#### Extracted entries:
__________________________________________________
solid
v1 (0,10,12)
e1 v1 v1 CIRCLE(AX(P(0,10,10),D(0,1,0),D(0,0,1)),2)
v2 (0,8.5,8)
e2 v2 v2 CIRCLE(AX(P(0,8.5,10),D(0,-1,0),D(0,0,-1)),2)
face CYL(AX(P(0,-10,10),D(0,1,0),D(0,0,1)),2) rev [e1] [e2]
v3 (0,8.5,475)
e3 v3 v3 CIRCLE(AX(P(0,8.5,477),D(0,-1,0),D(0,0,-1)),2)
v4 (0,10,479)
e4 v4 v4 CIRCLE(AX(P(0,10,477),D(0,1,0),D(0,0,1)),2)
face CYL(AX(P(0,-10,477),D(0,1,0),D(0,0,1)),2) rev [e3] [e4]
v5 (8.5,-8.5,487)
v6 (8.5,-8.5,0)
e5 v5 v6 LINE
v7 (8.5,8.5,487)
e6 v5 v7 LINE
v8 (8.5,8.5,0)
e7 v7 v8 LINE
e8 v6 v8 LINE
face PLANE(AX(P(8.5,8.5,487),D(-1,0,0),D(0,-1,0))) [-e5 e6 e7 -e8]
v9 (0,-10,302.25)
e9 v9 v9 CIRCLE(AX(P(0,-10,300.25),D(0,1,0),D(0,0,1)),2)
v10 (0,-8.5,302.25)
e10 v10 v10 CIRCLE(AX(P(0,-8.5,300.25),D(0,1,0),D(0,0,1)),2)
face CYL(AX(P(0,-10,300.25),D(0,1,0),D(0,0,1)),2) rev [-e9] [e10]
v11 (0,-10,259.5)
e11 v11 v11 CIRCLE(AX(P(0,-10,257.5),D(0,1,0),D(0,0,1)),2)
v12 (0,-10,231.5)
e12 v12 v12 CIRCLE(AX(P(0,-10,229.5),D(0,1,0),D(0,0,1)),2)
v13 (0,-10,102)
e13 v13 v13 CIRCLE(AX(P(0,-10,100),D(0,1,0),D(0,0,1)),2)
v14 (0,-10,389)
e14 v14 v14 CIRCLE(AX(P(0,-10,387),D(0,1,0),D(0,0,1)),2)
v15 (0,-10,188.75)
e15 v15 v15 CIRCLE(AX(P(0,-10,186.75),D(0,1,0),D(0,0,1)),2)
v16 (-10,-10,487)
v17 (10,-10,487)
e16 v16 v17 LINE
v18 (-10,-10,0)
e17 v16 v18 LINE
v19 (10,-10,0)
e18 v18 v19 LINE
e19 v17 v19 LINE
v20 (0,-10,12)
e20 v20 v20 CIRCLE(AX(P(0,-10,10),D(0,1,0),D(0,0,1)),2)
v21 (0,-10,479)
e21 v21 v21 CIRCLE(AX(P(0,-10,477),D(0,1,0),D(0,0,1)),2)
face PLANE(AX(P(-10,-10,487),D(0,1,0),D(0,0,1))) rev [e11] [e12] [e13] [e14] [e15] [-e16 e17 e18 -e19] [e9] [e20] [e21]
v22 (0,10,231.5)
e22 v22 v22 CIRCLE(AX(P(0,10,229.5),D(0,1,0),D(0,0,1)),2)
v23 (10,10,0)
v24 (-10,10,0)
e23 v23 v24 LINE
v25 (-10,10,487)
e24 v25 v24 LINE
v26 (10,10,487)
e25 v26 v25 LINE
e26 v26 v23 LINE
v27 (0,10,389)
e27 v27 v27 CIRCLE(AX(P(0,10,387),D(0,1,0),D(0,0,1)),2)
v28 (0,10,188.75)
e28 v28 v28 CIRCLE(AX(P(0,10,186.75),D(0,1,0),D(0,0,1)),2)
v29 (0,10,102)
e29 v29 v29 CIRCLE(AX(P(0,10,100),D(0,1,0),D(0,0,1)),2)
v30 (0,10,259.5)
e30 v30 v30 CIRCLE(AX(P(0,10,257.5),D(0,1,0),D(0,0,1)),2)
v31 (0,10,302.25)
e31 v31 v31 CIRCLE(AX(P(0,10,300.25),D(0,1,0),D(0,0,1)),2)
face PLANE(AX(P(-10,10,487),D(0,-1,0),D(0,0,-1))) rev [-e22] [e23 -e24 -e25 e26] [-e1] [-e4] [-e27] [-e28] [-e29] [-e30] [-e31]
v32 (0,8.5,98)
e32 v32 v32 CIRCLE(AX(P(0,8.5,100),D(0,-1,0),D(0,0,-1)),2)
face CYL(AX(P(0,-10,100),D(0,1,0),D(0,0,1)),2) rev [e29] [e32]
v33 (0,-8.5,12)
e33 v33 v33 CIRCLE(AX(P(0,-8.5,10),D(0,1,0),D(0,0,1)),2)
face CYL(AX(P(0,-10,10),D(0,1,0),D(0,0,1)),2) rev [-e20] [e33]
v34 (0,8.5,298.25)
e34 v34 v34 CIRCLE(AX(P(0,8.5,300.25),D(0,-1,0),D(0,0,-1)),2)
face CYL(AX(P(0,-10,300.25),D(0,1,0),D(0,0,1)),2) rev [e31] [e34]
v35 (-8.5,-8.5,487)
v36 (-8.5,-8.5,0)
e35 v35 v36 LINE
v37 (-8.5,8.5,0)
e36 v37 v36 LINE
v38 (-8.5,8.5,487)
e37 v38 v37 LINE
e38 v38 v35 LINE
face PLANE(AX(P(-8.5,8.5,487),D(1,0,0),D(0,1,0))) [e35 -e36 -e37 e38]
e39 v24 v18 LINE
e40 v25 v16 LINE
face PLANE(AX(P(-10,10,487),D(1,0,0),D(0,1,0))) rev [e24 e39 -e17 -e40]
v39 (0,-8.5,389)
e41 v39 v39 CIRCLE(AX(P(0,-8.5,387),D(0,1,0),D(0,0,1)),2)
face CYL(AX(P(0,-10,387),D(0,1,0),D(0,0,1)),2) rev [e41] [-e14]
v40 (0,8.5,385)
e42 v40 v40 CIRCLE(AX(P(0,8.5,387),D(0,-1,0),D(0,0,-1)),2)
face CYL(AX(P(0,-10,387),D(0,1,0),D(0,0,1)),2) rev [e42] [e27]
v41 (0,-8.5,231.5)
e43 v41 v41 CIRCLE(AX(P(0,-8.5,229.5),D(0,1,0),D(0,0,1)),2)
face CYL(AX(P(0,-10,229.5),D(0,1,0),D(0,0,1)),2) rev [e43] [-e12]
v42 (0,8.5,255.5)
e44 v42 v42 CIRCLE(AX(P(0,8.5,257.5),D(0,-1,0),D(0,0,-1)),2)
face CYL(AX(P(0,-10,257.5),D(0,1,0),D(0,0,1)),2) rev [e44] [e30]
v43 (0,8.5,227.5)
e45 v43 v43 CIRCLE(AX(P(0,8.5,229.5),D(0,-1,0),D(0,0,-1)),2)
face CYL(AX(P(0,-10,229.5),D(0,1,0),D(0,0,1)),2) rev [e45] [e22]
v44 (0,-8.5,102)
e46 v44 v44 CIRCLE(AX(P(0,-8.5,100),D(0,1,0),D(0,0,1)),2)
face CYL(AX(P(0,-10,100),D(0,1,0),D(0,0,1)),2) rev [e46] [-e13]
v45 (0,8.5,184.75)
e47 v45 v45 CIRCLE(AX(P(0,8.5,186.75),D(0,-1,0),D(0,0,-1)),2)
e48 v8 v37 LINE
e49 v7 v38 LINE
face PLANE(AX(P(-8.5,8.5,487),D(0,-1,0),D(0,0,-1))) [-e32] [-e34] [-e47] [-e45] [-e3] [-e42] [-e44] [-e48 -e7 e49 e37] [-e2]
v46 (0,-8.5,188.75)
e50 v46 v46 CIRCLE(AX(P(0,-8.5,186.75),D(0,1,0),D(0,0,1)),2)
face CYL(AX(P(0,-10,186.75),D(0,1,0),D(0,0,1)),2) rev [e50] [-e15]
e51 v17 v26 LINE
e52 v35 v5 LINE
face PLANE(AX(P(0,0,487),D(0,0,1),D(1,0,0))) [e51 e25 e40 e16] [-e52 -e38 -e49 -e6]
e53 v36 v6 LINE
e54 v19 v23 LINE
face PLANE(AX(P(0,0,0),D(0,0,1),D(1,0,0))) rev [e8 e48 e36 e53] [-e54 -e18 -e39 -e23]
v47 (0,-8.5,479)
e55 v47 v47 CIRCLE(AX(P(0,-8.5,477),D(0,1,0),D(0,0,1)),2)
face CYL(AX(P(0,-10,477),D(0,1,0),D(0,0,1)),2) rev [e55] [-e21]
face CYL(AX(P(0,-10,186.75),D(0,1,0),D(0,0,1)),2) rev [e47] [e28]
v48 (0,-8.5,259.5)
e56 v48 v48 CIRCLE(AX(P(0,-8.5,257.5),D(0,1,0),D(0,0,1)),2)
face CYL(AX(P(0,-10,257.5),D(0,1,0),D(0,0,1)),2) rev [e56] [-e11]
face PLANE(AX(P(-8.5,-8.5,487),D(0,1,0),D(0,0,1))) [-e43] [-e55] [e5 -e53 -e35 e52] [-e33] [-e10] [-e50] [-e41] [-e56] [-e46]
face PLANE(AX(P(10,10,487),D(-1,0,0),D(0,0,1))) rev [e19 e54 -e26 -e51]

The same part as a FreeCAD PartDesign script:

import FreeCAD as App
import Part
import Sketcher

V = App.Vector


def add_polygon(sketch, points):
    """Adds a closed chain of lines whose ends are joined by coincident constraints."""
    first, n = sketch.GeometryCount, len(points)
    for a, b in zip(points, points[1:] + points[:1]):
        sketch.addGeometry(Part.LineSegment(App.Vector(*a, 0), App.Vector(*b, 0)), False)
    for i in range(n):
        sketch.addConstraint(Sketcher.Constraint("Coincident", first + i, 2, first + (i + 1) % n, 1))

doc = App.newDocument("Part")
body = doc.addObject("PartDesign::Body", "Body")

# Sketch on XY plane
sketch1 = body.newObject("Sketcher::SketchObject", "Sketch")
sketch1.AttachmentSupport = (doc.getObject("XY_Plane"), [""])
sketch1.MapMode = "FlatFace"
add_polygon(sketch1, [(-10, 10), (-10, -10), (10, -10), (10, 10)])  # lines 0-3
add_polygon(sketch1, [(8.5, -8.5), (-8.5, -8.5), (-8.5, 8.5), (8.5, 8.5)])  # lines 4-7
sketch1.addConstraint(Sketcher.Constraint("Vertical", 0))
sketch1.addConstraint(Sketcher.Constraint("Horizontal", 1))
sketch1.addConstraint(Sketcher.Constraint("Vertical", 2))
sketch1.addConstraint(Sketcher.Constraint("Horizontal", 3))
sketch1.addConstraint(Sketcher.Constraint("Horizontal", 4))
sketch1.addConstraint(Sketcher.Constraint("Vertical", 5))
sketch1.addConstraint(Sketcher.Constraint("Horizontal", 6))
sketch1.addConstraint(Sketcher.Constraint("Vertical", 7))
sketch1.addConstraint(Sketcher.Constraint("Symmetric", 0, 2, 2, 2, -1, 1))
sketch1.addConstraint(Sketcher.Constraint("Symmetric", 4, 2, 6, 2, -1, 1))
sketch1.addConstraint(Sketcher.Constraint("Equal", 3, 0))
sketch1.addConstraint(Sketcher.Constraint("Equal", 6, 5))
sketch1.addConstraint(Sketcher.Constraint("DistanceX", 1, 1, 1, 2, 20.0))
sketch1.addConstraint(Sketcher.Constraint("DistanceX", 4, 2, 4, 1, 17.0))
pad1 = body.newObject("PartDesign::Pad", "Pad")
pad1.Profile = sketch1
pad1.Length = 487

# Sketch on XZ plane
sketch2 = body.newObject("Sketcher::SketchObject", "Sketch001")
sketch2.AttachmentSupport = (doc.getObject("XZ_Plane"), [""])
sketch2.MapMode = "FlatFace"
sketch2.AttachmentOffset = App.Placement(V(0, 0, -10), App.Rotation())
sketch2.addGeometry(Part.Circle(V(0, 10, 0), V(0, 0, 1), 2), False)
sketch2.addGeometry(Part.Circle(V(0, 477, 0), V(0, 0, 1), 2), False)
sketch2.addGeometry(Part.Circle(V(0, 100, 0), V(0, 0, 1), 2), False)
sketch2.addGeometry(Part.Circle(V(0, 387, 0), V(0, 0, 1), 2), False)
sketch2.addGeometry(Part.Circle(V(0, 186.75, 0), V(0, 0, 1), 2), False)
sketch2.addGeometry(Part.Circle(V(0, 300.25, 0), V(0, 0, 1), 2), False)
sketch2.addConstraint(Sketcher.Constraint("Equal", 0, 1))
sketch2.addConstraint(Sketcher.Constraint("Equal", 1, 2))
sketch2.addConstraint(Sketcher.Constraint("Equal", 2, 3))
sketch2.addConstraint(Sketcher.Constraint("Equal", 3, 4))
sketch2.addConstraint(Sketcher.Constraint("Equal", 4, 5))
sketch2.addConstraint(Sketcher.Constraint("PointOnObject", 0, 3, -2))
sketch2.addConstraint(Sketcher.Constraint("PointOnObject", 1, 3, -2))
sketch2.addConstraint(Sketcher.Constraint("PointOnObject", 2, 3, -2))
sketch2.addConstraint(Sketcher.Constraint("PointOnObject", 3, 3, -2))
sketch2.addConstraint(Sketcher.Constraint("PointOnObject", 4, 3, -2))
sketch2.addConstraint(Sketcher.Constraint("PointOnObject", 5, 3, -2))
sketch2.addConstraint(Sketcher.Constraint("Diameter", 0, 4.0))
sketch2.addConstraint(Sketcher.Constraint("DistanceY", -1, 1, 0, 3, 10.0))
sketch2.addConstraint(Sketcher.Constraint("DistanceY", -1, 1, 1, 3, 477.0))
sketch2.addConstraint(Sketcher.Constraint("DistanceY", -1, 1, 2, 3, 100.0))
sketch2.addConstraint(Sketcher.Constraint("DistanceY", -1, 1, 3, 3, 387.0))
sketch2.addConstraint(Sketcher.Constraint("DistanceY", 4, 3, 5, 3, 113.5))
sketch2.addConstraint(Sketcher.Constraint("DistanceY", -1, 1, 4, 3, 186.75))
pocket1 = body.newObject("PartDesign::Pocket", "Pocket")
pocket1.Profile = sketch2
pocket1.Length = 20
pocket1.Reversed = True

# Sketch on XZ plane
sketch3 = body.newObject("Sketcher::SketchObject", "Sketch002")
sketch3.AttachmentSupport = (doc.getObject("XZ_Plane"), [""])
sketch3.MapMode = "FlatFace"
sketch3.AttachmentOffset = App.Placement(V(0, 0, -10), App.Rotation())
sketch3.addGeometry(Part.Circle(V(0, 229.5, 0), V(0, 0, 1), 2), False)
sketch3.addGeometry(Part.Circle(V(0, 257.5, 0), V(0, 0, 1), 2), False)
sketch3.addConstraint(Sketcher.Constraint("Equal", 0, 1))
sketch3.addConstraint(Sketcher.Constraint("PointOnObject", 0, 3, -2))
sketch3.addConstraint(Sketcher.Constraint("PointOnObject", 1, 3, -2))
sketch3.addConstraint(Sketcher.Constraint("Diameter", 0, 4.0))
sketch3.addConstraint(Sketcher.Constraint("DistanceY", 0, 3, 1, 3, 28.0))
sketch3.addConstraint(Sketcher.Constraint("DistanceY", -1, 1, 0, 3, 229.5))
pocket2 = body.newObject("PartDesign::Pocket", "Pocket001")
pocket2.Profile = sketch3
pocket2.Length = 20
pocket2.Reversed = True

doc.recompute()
__________________________________________________
#### What is needed:
Would you print, exactly as written, every line above from the one holding "face CYL(AX(P(0,-10,10),D(0,1,0),D(0,0,1)),2) rev [e1]" through the one holding "e21 v21 v21", with both included and no other lines?

#### Task solution:
face CYL(AX(P(0,-10,10),D(0,1,0),D(0,0,1)),2) rev [e1] [e2]
v3 (0,8.5,475)
e3 v3 v3 CIRCLE(AX(P(0,8.5,477),D(0,-1,0),D(0,0,-1)),2)
v4 (0,10,479)
e4 v4 v4 CIRCLE(AX(P(0,10,477),D(0,1,0),D(0,0,1)),2)
face CYL(AX(P(0,-10,477),D(0,1,0),D(0,0,1)),2) rev [e3] [e4]
v5 (8.5,-8.5,487)
v6 (8.5,-8.5,0)
e5 v5 v6 LINE
v7 (8.5,8.5,487)
e6 v5 v7 LINE
v8 (8.5,8.5,0)
e7 v7 v8 LINE
e8 v6 v8 LINE
face PLANE(AX(P(8.5,8.5,487),D(-1,0,0),D(0,-1,0))) [-e5 e6 e7 -e8]
v9 (0,-10,302.25)
e9 v9 v9 CIRCLE(AX(P(0,-10,300.25),D(0,1,0),D(0,0,1)),2)
v10 (0,-8.5,302.25)
e10 v10 v10 CIRCLE(AX(P(0,-8.5,300.25),D(0,1,0),D(0,0,1)),2)
face CYL(AX(P(0,-10,300.25),D(0,1,0),D(0,0,1)),2) rev [-e9] [e10]
v11 (0,-10,259.5)
e11 v11 v11 CIRCLE(AX(P(0,-10,257.5),D(0,1,0),D(0,0,1)),2)
v12 (0,-10,231.5)
e12 v12 v12 CIRCLE(AX(P(0,-10,229.5),D(0,1,0),D(0,0,1)),2)
v13 (0,-10,102)
e13 v13 v13 CIRCLE(AX(P(0,-10,100),D(0,1,0),D(0,0,1)),2)
v14 (0,-10,389)
e14 v14 v14 CIRCLE(AX(P(0,-10,387),D(0,1,0),D(0,0,1)),2)
v15 (0,-10,188.75)
e15 v15 v15 CIRCLE(AX(P(0,-10,186.75),D(0,1,0),D(0,0,1)),2)
v16 (-10,-10,487)
v17 (10,-10,487)
e16 v16 v17 LINE
v18 (-10,-10,0)
e17 v16 v18 LINE
v19 (10,-10,0)
e18 v18 v19 LINE
e19 v17 v19 LINE
v20 (0,-10,12)
e20 v20 v20 CIRCLE(AX(P(0,-10,10),D(0,1,0),D(0,0,1)),2)
v21 (0,-10,479)
e21 v21 v21 CIRCLE(AX(P(0,-10,477),D(0,1,0),D(0,0,1)),2)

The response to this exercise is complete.